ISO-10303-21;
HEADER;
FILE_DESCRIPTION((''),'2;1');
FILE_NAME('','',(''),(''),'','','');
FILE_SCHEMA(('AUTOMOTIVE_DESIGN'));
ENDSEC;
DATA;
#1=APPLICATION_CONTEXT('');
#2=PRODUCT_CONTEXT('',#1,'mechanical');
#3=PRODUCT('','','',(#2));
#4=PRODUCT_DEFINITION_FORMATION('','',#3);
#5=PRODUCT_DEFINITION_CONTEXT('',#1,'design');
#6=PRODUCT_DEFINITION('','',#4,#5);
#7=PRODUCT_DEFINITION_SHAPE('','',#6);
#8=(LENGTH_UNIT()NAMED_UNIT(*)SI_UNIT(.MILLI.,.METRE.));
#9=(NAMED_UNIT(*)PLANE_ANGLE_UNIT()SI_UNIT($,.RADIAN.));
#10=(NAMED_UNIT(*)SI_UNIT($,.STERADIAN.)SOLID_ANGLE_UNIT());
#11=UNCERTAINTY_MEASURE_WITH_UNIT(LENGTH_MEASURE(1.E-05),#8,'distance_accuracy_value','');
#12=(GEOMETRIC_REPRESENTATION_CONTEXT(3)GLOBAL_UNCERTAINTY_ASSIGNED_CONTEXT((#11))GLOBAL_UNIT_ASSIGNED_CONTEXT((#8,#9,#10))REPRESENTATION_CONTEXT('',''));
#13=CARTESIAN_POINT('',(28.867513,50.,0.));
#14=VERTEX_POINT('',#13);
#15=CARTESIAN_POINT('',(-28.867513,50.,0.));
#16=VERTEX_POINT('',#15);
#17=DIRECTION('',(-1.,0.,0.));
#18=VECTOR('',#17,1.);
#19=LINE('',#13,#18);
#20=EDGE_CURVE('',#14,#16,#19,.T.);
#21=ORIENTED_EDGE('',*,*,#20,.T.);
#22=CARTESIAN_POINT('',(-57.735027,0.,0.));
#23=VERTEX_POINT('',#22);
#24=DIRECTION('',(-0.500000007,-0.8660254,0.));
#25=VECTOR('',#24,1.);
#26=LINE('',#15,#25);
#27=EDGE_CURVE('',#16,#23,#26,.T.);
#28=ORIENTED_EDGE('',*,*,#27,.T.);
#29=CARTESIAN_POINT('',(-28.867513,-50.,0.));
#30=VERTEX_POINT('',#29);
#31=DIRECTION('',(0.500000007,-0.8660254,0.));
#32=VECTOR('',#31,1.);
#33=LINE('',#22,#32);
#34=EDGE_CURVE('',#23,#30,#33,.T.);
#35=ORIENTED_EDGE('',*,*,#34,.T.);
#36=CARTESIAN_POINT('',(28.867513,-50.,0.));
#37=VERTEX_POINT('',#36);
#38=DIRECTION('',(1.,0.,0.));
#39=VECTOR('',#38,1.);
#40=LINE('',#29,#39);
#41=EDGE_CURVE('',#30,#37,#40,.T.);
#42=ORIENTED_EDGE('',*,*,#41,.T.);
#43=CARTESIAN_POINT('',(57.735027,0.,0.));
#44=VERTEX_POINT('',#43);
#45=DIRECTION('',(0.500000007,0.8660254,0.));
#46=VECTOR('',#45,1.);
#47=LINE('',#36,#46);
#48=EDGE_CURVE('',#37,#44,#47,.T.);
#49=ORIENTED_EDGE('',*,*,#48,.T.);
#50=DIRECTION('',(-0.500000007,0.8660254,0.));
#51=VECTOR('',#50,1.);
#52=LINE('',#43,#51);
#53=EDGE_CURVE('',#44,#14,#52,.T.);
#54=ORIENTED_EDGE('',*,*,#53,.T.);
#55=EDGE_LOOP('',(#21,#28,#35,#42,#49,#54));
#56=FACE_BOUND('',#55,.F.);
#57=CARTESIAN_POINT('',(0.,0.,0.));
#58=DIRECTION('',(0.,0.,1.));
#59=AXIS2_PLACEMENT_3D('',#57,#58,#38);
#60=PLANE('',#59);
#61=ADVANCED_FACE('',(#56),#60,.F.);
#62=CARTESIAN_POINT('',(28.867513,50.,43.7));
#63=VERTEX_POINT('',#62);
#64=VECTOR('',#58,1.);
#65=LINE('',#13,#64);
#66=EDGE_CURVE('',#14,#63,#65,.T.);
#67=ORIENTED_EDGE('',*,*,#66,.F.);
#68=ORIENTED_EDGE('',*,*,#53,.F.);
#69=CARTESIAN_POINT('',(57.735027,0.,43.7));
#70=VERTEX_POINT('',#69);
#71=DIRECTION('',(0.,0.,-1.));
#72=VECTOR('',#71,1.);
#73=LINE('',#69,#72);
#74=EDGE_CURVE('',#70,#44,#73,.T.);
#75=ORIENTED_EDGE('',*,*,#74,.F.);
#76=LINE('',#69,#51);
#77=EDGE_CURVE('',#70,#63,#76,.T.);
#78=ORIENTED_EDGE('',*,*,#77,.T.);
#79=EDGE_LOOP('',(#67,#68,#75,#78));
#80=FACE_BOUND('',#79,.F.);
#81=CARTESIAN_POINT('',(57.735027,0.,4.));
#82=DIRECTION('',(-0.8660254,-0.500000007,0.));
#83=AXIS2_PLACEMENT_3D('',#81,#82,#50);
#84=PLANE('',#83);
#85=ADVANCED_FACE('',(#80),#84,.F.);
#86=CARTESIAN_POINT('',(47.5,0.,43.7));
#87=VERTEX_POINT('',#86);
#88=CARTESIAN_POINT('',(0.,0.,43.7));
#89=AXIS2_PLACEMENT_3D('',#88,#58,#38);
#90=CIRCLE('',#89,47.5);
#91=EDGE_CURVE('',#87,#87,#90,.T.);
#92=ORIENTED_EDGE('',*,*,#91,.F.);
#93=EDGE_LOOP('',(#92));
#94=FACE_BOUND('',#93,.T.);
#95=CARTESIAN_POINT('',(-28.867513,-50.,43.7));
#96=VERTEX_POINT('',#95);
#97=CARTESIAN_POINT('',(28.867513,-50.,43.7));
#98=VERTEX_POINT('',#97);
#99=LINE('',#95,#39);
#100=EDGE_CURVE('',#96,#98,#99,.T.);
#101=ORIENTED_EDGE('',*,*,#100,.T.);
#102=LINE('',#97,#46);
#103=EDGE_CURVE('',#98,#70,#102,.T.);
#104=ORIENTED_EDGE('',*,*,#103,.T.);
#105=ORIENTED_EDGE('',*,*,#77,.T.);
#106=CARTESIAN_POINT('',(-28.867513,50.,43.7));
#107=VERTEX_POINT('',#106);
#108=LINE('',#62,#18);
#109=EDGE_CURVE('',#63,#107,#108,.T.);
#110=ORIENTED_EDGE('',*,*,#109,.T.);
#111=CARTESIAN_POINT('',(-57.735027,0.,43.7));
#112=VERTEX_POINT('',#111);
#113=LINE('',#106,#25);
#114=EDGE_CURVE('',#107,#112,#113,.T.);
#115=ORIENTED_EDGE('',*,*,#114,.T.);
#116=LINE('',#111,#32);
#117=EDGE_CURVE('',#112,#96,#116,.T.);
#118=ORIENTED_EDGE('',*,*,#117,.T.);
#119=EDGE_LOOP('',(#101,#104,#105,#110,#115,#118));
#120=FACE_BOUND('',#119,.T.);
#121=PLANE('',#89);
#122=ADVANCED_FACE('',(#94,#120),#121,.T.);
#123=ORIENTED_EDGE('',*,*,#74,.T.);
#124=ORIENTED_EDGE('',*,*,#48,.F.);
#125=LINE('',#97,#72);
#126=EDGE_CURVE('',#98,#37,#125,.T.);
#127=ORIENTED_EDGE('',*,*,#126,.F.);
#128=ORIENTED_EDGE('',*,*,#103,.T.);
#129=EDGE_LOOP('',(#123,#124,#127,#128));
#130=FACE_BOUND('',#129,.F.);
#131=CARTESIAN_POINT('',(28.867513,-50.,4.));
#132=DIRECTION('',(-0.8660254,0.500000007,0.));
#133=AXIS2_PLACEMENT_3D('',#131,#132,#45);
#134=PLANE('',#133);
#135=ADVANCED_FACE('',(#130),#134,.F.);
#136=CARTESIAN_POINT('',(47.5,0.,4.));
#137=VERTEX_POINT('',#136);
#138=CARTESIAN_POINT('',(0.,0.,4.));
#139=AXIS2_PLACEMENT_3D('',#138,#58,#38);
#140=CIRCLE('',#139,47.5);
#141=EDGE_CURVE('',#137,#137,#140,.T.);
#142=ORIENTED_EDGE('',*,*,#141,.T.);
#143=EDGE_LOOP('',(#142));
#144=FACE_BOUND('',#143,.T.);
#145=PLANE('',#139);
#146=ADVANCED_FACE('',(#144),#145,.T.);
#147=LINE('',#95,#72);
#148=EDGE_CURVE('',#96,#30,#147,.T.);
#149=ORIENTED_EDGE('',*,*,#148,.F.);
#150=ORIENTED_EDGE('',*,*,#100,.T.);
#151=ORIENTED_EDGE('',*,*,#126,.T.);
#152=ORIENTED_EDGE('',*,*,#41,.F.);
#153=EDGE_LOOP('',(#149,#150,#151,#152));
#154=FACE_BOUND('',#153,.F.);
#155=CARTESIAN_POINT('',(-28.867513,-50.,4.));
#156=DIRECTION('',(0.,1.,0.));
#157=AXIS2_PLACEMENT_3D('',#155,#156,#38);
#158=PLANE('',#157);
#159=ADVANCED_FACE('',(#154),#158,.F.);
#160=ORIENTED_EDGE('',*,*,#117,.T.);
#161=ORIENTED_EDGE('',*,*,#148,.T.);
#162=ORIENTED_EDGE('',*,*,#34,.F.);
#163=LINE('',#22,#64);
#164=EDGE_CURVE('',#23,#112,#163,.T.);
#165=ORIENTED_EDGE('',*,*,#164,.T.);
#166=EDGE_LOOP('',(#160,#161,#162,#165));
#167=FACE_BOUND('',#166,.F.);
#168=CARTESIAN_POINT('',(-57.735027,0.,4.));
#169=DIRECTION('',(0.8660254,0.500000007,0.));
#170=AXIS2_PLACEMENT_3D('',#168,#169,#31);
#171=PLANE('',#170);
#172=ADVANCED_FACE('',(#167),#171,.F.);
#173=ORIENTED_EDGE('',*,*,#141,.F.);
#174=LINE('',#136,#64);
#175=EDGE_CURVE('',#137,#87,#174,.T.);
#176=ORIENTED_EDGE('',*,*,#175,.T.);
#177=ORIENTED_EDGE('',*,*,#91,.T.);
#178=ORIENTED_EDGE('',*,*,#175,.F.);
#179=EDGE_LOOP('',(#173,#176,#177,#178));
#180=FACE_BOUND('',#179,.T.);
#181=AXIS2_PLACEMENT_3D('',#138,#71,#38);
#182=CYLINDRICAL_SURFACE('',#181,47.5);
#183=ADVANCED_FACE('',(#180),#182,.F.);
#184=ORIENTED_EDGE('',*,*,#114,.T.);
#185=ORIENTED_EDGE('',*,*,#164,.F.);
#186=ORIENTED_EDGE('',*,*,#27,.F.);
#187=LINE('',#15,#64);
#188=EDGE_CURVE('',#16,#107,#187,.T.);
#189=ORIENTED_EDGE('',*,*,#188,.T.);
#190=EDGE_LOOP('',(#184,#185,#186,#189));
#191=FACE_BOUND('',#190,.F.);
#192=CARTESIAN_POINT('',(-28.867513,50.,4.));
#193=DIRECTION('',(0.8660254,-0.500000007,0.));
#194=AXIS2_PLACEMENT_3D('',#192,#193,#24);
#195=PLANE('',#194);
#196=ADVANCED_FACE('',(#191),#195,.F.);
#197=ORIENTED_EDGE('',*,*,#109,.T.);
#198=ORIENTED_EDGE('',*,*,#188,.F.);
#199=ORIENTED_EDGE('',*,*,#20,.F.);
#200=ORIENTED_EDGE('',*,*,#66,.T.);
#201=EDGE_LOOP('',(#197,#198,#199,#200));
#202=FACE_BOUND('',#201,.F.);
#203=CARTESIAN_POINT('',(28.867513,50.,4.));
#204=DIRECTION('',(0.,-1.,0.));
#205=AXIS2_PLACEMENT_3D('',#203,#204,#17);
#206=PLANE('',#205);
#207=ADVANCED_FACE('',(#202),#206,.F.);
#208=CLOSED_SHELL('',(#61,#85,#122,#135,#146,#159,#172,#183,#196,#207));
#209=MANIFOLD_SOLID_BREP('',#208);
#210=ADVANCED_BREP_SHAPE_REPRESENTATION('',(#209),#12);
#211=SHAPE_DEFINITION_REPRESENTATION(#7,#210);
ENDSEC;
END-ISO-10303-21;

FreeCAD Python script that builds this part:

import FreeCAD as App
import Part
import Sketcher
Q = App.Units.Quantity

doc = App.newDocument("Part")
body = doc.addObject("PartDesign::Body", "Body")

# Sketch on XY plane
sketch1 = body.newObject("Sketcher::SketchObject", "Sketch")
sketch1.AttachmentSupport = (doc.getObject("XY_Plane"), [""])
sketch1.MapMode = "FlatFace"
sketch1.addGeometry(Part.LineSegment(App.Vector(29, 50, 0), App.Vector(-29, 50, 0)), False)
sketch1.addGeometry(Part.LineSegment(App.Vector(-29, 50, 0), App.Vector(-58, 0, 0)), False)
sketch1.addGeometry(Part.LineSegment(App.Vector(-58, 0, 0), App.Vector(-29, -50, 0)), False)
sketch1.addGeometry(Part.LineSegment(App.Vector(-29, -50, 0), App.Vector(29, -50, 0)), False)
sketch1.addGeometry(Part.LineSegment(App.Vector(29, -50, 0), App.Vector(58, 0, 0)), False)
sketch1.addGeometry(Part.LineSegment(App.Vector(58, 0, 0), App.Vector(29, 50, 0)), False)
sketch1.addConstraint(Sketcher.Constraint("Coincident", 0, 2, 1, 1))
sketch1.addConstraint(Sketcher.Constraint("Coincident", 1, 2, 2, 1))
sketch1.addConstraint(Sketcher.Constraint("Coincident", 2, 2, 3, 1))
sketch1.addConstraint(Sketcher.Constraint("Coincident", 3, 2, 4, 1))
sketch1.addConstraint(Sketcher.Constraint("Coincident", 4, 2, 5, 1))
sketch1.addConstraint(Sketcher.Constraint("Coincident", 5, 2, 0, 1))
sketch1.addConstraint(Sketcher.Constraint("Horizontal", 0))
sketch1.addConstraint(Sketcher.Constraint("Horizontal", 3))
sketch1.addConstraint(Sketcher.Constraint("Symmetric", 0, 2, 3, 2, -1, 1))
sketch1.addConstraint(Sketcher.Constraint("Symmetric", 1, 2, 4, 2, -1, 1))
sketch1.addConstraint(Sketcher.Constraint("PointOnObject", 1, 2, -1))
sketch1.addConstraint(Sketcher.Constraint("Parallel", 2, 5))
sketch1.addConstraint(Sketcher.Constraint("Vertical", 0, 2, 2, 2))
sketch1.addConstraint(Sketcher.Constraint("Angle", 1, Q("-120 deg")))
sketch1.addConstraint(Sketcher.Constraint("DistanceY", -1, 1, 0, 2, Q("50 mm")))
sketch1.addConstraint(Sketcher.Constraint("DistanceX", 0, 2, 0, 1, Q("57.735026 mm")))
pad1 = body.newObject("PartDesign::Pad", "Pad")
pad1.Profile = sketch1
pad1.Length = 4

# Sketch on XY plane
sketch2 = body.newObject("Sketcher::SketchObject", "Sketch001")
sketch2.AttachmentSupport = (doc.getObject("XY_Plane"), [""])
sketch2.MapMode = "FlatFace"
sketch2.AttachmentOffset = App.Placement(App.Vector(0, 0, 4), App.Rotation())
sketch2.addGeometry(Part.LineSegment(App.Vector(58, 0, 0), App.Vector(29, 50, 0)), False)
sketch2.addGeometry(Part.LineSegment(App.Vector(29, 50, 0), App.Vector(-29, 50, 0)), False)
sketch2.addGeometry(Part.LineSegment(App.Vector(-29, 50, 0), App.Vector(-58, 0, 0)), False)
sketch2.addGeometry(Part.LineSegment(App.Vector(-58, 0, 0), App.Vector(-29, -50, 0)), False)
sketch2.addGeometry(Part.LineSegment(App.Vector(-29, -50, 0), App.Vector(29, -50, 0)), False)
sketch2.addGeometry(Part.LineSegment(App.Vector(29, -50, 0), App.Vector(58, 0, 0)), False)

§ **TASK ITEM**: Among the entries above, copy exactly only the lines starting with the one containing "#193=DIRECTION('',(0.8660254,-0.500000007,0.));" and going through the one containing "#200=ORIENTED_EDGE('',*,*,#66,.T.);", both ends included.

§ **TASK RESULT**:
#193=DIRECTION('',(0.8660254,-0.500000007,0.));
#194=AXIS2_PLACEMENT_3D('',#192,#193,#24);
#195=PLANE('',#194);
#196=ADVANCED_FACE('',(#191),#195,.F.);
#197=ORIENTED_EDGE('',*,*,#109,.T.);
#198=ORIENTED_EDGE('',*,*,#188,.F.);
#199=ORIENTED_EDGE('',*,*,#20,.F.);
#200=ORIENTED_EDGE('',*,*,#66,.T.);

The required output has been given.